Range to output from the entries below: the line containing "# F0 (on Top) → F1 (new body)" through the line containing "(-196.513328, 152.664354), align=None)". Set it down exactly, ends included, nothing else.

(Records from a data source)
========================================

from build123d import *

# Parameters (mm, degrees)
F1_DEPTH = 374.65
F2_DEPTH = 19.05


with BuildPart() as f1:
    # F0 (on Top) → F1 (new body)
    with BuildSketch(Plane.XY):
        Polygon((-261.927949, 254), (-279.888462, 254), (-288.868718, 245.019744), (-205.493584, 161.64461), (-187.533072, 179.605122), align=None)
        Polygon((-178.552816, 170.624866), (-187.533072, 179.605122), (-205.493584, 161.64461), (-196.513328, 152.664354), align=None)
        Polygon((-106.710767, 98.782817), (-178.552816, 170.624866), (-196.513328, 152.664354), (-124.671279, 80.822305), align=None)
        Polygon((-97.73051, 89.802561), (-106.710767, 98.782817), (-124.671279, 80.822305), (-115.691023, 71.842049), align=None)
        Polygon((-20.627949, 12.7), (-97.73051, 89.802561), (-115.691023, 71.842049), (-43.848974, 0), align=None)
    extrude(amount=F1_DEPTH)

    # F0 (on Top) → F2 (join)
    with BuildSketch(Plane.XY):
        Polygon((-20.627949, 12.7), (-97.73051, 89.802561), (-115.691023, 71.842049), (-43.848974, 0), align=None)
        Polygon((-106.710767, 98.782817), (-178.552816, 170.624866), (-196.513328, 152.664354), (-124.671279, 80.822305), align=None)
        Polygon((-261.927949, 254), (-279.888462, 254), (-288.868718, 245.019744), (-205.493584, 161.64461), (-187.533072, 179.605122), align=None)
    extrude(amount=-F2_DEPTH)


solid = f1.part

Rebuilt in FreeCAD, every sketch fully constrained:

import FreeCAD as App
import Part
import Sketcher
Q = App.Units.Quantity

doc = App.newDocument("Part")
body = doc.addObject("PartDesign::Body", "Body")

sketch1 = body.newObject("Sketcher::SketchObject", "Sketch")
sketch1.AttachmentSupport = (doc.getObject("XY_Plane"), [""])
sketch1.MapMode = "FlatFace"
sketch1.addGeometry(Part.LineSegment(App.Vector(-262, 254, 0), App.Vector(-280, 254, 0)), False)
sketch1.addGeometry(Part.LineSegment(App.Vector(-280, 254, 0), App.Vector(-289, 245, 0)), False)
sketch1.addGeometry(Part.LineSegment(App.Vector(-289, 245, 0), App.Vector(-44, 0, 0)), False)
sketch1.addGeometry(Part.LineSegment(App.Vector(-44, 0, 0), App.Vector(-21, 13, 0)), False)
sketch1.addGeometry(Part.LineSegment(App.Vector(-21, 13, 0), App.Vector(-98, 90, 0)), False)
sketch1.addGeometry(Part.LineSegment(App.Vector(-98, 90, 0), App.Vector(-107, 99, 0)), False)
sketch1.addGeometry(Part.LineSegment(App.Vector(-107, 99, 0), App.Vector(-188, 180, 0)), False)
sketch1.addGeometry(Part.LineSegment(App.Vector(-188, 180, 0), App.Vector(-262, 254, 0)), False)
sketch1.addConstraint(Sketcher.Constraint("Coincident", 0, 2, 1, 1))
sketch1.addConstraint(Sketcher.Constraint("Coincident", 1, 2, 2, 1))
sketch1.addConstraint(Sketcher.Constraint("Coincident", 2, 2, 3, 1))
sketch1.addConstraint(Sketcher.Constraint("Coincident", 3, 2, 4, 1))
sketch1.addConstraint(Sketcher.Constraint("Coincident", 4, 2, 5, 1))
sketch1.addConstraint(Sketcher.Constraint("Coincident", 5, 2, 6, 1))
sketch1.addConstraint(Sketcher.Constraint("Coincident", 6, 2, 7, 1))
sketch1.addConstraint(Sketcher.Constraint("Coincident", 7, 2, 0, 1))
sketch1.addConstraint(Sketcher.Constraint("Horizontal", 0))
sketch1.addConstraint(Sketcher.Constraint("PointOnObject", 2, 2, -1))
sketch1.addConstraint(Sketcher.Constraint("Perpendicular", 1, 2))
sketch1.addConstraint(Sketcher.Constraint("Parallel", 2, 4))
sketch1.addConstraint(Sketcher.Constraint("Parallel", 4, 5))
sketch1.addConstraint(Sketcher.Constraint("Parallel", 5, 6))
sketch1.addConstraint(Sketcher.Constraint("Parallel", 6, 7))
sketch1.addConstraint(Sketcher.Constraint("Equal", 1, 5))
sketch1.addConstraint(Sketcher.Constraint("DistanceY", -1, 1, 0, 2, Q("10 in")))
sketch1.addConstraint(Sketcher.Constraint("Angle", 1, Q("-135 deg")))
sketch1.addConstraint(Sketcher.Constraint("Distance", 1, Q("0.5 in")))
sketch1.addConstraint(Sketcher.Constraint("Distance", 6, Q("4.5 in")))
sketch1.addConstraint(Sketcher.Constraint("DistanceY", -1, 1, 3, 2, Q("0.5 in")))
sketch1.addConstraint(Sketcher.Constraint("DistanceX", 6, 2, 2, 2, Q("143.684098 mm")))
sketch1.addConstraint(Sketcher.Constraint("DistanceX", 0, 2, 0, 1, Q("17.960513 mm")))
sketch1.addConstraint(Sketcher.Constraint("DistanceX", 0, 2, -1, 1, Q("279.888462 mm")))
pad1 = body.newObject("PartDesign::Pad", "Pad")
pad1.Profile = sketch1
pad1.Length = Q("14.75 in")

sketch2 = body.newObject("Sketcher::SketchObject", "Sketch001")
sketch2.AttachmentSupport = (doc.getObject("XY_Plane"), [""])
sketch2.MapMode = "FlatFace"
sketch2.addGeometry(Part.LineSegment(App.Vector(-21, 13, 0), App.Vector(-98, 90, 0)), False)
sketch2.addGeometry(Part.LineSegment(App.Vector(-98, 90, 0), App.Vector(-116, 72, 0)), False)
sketch2.addGeometry(Part.LineSegment(App.Vector(-116, 72, 0), App.Vector(-44, 0, 0)), False)
sketch2.addGeometry(Part.LineSegment(App.Vector(-44, 0, 0), App.Vector(-21, 13, 0)), False)
sketch2.addGeometry(Part.LineSegment(App.Vector(-107, 99, 0), App.Vector(-179, 171, 0)), False)
sketch2.addGeometry(Part.LineSegment(App.Vector(-179, 171, 0), App.Vector(-197, 153, 0)), False)
sketch2.addGeometry(Part.LineSegment(App.Vector(-197, 153, 0), App.Vector(-125, 81, 0)), False)
sketch2.addGeometry(Part.LineSegment(App.Vector(-125, 81, 0), App.Vector(-107, 99, 0)), False)
sketch2.addGeometry(Part.LineSegment(App.Vector(-262, 254, 0), App.Vector(-280, 254, 0)), False)
sketch2.addGeometry(Part.LineSegment(App.Vector(-280, 254, 0), App.Vector(-289, 245, 0)), False)
sketch2.addGeometry(Part.LineSegment(App.Vector(-289, 245, 0), App.Vector(-205, 162, 0)), False)
sketch2.addGeometry(Part.LineSegment(App.Vector(-205, 162, 0), App.Vector(-188, 180, 0)), False)
sketch2.addGeometry(Part.LineSegment(App.Vector(-188, 180, 0), App.Vector(-262, 254, 0)), False)
sketch2.addConstraint(Sketcher.Constraint("Coincident", 0, 2, 1, 1))
sketch2.addConstraint(Sketcher.Constraint("Coincident", 1, 2, 2, 1))
sketch2.addConstraint(Sketcher.Constraint("Coincident", 2, 2, 3, 1))
sketch2.addConstraint(Sketcher.Constraint("Coincident", 3, 2, 0, 1))
sketch2.addConstraint(Sketcher.Constraint("Coincident", 4, 2, 5, 1))
sketch2.addConstraint(Sketcher.Constraint("Coincident", 5, 2, 6, 1))
sketch2.addConstraint(Sketcher.Constraint("Coincident", 6, 2, 7, 1))
sketch2.addConstraint(Sketcher.Constraint("Coincident", 7, 2, 4, 1))
sketch2.addConstraint(Sketcher.Constraint("Coincident", 8, 2, 9, 1))
sketch2.addConstraint(Sketcher.Constraint("Coincident", 9, 2, 10, 1))
sketch2.addConstraint(Sketcher.Constraint("Coincident", 10, 2, 11, 1))
sketch2.addConstraint(Sketcher.Constraint("Coincident", 11, 2, 12, 1))
sketch2.addConstraint(Sketcher.Constraint("Coincident", 12, 2, 8, 1))
sketch2.addConstraint(Sketcher.Constraint("Horizontal", 8))
sketch2.addConstraint(Sketcher.Constraint("PointOnObject", 2, 2, -1))
sketch2.addConstraint(Sketcher.Constraint("Perpendicular", 0, 1))
sketch2.addConstraint(Sketcher.Constraint("Perpendicular", 1, 2))
sketch2.addConstraint(Sketcher.Constraint("Parallel", 2, 4))
sketch2.addConstraint(Sketcher.Constraint("Perpendicular", 4, 5))
sketch2.addConstraint(Sketcher.Constraint("Perpendicular", 5, 6))
sketch2.addConstraint(Sketcher.Constraint("Perpendicular", 6, 7))
sketch2.addConstraint(Sketcher.Constraint("Parallel", 7, 9))
sketch2.addConstraint(Sketcher.Constraint("Perpendicular", 9, 10))
sketch2.addConstraint(Sketcher.Constraint("Perpendicular", 10, 11))
sketch2.addConstraint(Sketcher.Constraint("Perpendicular", 11, 12))
sketch2.addConstraint(Sketcher.Constraint("Equal", 2, 4))
sketch2.addConstraint(Sketcher.Constraint("Equal", 1, 5))
sketch2.addConstraint(Sketcher.Constraint("Equal", 7, 11))
sketch2.addConstraint(Sketcher.Constraint("Distance", 1, Q("1 in")))
sketch2.addConstraint(Sketcher.Constraint("Distance", 2, Q("4 in")))
sketch2.addConstraint(Sketcher.Constraint("DistanceY", -1, 1, 8, 2, Q("10 in")))
sketch2.addConstraint(Sketcher.Constraint("Angle", 0, Q("135 deg")))
sketch2.addConstraint(Sketcher.Constraint("Distance", 9, Q("0.5 in")))
sketch2.addConstraint(Sketcher.Constraint("DistanceY", -1, 1, 3, 2, Q("0.5 in")))
sketch2.addConstraint(Sketcher.Constraint("DistanceX", 9, 2, 4, 2, Q("110.315902 mm")))
sketch2.addConstraint(Sketcher.Constraint("DistanceX", 0, 2, -1, 1, Q("97.73051 mm")))
sketch2.addConstraint(Sketcher.Constraint("DistanceX", 5, 2, -1, 1, Q("196.513328 mm")))
sketch2.addConstraint(Sketcher.Constraint("DistanceY", -1, 1, 10, 2, Q("161.64461 mm")))
sketch2.addConstraint(Sketcher.Constraint("DistanceY", 5, 2, 9, 2, Q("92.35539 mm")))
pad2 = body.newObject("PartDesign::Pad", "Pad001")
pad2.Profile = sketch2
pad2.Length = Q("0.75 in")
pad2.Reversed = True

doc.recompute()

========================================

### Task result
    # F0 (on Top) → F1 (new body)
    with BuildSketch(Plane.XY):
        Polygon((-261.927949, 254), (-279.888462, 254), (-288.868718, 245.019744), (-205.493584, 161.64461), (-187.533072, 179.605122), align=None)
        Polygon((-178.552816, 170.624866), (-187.533072, 179.605122), (-205.493584, 161.64461), (-196.513328, 152.664354), align=None)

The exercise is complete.